OMG, what’s that smell?

Reading a Facebook post the other morning from a friend who posted about a situation that I’ve experienced–something presumably a mouse, dying in the wall (and the resulting olfactory stimuli that pervade the environs),  brought to mind another olfactory experience….

cat checking fridge

just checkin’

Early morning. Open refrigerator door to get milk for morning café au lait. Pour milk.  Open fridge door, put milk back. Something finally filters through to the conscious level even without the coffee yet. OMG! What is that smell? What has died in there? 

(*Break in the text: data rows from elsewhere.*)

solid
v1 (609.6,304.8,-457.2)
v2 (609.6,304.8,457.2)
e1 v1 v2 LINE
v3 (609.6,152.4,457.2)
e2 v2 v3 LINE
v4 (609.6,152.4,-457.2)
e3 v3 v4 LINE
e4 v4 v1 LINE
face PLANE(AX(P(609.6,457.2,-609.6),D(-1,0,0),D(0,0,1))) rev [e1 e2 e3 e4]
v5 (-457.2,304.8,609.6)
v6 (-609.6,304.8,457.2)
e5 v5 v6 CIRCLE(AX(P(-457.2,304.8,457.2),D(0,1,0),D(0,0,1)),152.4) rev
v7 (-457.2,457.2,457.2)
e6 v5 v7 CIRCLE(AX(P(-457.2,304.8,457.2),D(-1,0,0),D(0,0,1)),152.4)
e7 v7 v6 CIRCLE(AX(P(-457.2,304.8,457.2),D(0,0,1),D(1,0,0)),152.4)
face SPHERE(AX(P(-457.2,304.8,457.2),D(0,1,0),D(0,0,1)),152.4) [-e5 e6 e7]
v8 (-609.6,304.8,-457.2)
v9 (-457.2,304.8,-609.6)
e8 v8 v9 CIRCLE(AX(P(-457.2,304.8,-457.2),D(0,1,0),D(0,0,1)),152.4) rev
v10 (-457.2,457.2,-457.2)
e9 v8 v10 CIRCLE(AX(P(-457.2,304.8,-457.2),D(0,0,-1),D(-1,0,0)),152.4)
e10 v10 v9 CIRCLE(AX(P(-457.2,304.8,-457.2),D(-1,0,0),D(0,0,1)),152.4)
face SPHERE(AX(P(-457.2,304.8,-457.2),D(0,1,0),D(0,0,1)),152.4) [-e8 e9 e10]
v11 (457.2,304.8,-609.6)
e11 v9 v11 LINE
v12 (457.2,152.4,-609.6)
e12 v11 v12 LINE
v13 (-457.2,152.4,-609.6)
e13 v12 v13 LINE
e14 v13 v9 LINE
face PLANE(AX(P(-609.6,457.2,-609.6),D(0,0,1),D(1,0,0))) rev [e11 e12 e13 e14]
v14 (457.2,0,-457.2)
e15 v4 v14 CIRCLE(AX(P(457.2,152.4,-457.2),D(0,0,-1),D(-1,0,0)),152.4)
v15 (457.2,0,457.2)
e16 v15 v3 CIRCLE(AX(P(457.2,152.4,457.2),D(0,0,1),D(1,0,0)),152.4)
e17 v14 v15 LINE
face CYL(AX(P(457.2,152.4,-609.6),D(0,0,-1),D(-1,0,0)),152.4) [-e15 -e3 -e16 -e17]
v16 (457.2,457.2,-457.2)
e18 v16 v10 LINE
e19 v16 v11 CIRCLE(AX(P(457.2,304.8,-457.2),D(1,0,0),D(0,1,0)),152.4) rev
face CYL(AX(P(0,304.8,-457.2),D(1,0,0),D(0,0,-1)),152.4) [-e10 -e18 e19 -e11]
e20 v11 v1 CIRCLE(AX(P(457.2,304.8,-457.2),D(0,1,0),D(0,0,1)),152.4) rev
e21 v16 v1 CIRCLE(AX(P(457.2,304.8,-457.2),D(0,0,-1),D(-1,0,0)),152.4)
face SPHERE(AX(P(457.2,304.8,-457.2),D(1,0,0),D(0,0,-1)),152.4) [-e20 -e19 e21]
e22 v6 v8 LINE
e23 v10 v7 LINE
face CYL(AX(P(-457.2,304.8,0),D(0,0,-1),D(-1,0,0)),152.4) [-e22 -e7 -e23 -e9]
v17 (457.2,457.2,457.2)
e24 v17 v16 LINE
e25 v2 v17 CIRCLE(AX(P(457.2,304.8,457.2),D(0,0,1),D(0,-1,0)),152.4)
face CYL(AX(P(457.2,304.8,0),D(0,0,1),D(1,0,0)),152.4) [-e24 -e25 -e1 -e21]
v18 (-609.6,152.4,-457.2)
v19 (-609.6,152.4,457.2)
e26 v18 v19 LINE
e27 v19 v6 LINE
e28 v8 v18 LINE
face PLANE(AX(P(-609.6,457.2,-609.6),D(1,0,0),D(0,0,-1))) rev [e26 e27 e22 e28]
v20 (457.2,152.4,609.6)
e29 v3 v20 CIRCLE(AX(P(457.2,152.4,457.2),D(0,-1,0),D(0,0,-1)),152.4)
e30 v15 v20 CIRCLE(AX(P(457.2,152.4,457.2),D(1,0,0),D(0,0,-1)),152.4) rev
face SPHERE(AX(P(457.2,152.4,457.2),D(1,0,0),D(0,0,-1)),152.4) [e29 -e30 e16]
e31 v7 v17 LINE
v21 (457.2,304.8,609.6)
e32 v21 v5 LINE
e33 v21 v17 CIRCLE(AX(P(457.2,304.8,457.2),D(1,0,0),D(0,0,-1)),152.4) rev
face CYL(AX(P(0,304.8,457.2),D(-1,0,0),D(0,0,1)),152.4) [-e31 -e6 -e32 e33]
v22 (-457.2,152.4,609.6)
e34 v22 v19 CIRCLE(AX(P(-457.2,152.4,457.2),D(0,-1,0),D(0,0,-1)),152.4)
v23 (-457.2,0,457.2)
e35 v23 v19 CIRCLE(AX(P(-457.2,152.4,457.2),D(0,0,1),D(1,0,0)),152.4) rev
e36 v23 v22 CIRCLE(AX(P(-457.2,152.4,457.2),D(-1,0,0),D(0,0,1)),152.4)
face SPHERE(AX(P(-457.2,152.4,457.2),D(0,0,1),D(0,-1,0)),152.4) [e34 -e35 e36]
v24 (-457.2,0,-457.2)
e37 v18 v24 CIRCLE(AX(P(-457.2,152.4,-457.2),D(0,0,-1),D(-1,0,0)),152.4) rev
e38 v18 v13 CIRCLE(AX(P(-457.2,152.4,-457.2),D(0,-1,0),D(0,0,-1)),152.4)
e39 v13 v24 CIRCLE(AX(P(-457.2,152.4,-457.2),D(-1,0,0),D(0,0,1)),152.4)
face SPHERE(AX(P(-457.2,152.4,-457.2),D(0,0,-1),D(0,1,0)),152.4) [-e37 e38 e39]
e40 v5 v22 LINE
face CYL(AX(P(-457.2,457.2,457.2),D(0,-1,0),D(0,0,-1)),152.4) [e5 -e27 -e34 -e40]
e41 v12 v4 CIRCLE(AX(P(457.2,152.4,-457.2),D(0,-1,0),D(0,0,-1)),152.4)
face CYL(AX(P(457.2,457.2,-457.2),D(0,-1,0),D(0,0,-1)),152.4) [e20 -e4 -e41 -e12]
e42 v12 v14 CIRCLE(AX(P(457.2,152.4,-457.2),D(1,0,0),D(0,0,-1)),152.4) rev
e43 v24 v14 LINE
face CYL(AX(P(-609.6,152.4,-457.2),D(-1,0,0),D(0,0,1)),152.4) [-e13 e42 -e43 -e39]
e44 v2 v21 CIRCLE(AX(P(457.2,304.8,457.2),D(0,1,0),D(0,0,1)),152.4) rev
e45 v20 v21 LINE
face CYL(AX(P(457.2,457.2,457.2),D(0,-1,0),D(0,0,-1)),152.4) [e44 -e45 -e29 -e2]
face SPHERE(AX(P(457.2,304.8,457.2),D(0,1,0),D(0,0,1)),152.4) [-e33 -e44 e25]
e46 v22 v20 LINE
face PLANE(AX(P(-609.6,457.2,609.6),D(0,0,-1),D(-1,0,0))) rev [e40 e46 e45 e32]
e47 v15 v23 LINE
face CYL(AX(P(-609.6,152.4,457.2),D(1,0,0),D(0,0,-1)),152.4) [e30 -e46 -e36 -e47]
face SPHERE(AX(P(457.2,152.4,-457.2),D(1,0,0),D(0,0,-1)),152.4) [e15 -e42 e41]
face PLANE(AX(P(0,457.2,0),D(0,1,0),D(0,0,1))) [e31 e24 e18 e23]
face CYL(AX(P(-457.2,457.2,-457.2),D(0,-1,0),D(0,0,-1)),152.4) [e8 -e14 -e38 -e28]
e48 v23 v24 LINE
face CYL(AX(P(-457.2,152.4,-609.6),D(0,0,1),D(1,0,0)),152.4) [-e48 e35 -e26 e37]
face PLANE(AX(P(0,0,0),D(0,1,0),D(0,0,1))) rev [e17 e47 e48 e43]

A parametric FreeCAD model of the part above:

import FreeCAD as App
import Part
import Sketcher
from FreeCAD import Vector
Q = App.Units.Quantity

doc = App.newDocument("Part")
body = doc.addObject("PartDesign::Body", "Body")

sketch1 = doc.addObject("Sketcher::SketchObject", "Sketch")
body.addObject(sketch1)
sketch1.AttachmentSupport = (doc.XZ_Plane, [""])
sketch1.MapMode = "FlatFace"
sketch1.addGeometry([
    Part.LineSegment(Vector(-610, -610, 0), Vector(-610, 610, 0)),
    Part.LineSegment(Vector(-610, 610, 0), Vector(610, 610, 0)),
    Part.LineSegment(Vector(610, 610, 0), Vector(610, -610, 0)),
    Part.LineSegment(Vector(610, -610, 0), Vector(-610, -610, 0)),
], False)
sketch1.addConstraint([
    Sketcher.Constraint("Coincident", 0, 2, 1, 1),
    Sketcher.Constraint("Coincident", 1, 2, 2, 1),
    Sketcher.Constraint("Coincident", 2, 2, 3, 1),
    Sketcher.Constraint("Coincident", 3, 2, 0, 1),
    Sketcher.Constraint("Vertical", 0),
    Sketcher.Constraint("Horizontal", 1),
    Sketcher.Constraint("Vertical", 2),
    Sketcher.Constraint("Horizontal", 3),
    Sketcher.Constraint("Symmetric", 0, 2, 2, 2, -1, 1),
    Sketcher.Constraint("Equal", 3, 0),
    Sketcher.Constraint("DistanceX", 1, 1, 1, 2, Q("48 in")),
])
pad1 = doc.addObject("PartDesign::Pad", "Pad")
body.addObject(pad1)
pad1.Profile = sketch1
pad1.Length = Q("18 in")
pad1.Reversed = True
doc.recompute()

fillet = doc.addObject("PartDesign::Fillet", "Fillet")
body.addObject(fillet)
fillet.Base = (pad1, ["Edge1"])
fillet.UseAllEdges = True
fillet.Radius = Q("6 in")

doc.recompute()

Drink coffee, come back for second  round.  Pour milk, put milk back.  Have second cup of coffee.  Recheck fridge.  Drat!  I really did smell something that needs to go away urgently. Something smells weird in there and it’s not  in the league of things handled by baking soda.

One of my least favorite morning events–I’ve just discovered that, even though I’ve thought about it for several days and procrastinated, I now HAVE to clean out the fridge.

It seems that the fridge is the best (most accurate?) reflection of the general state of life in this household. There are areas of my home which are constantly disaster areas, not a big deal–they just are; but I know I’m in trouble when the fridge becomes one.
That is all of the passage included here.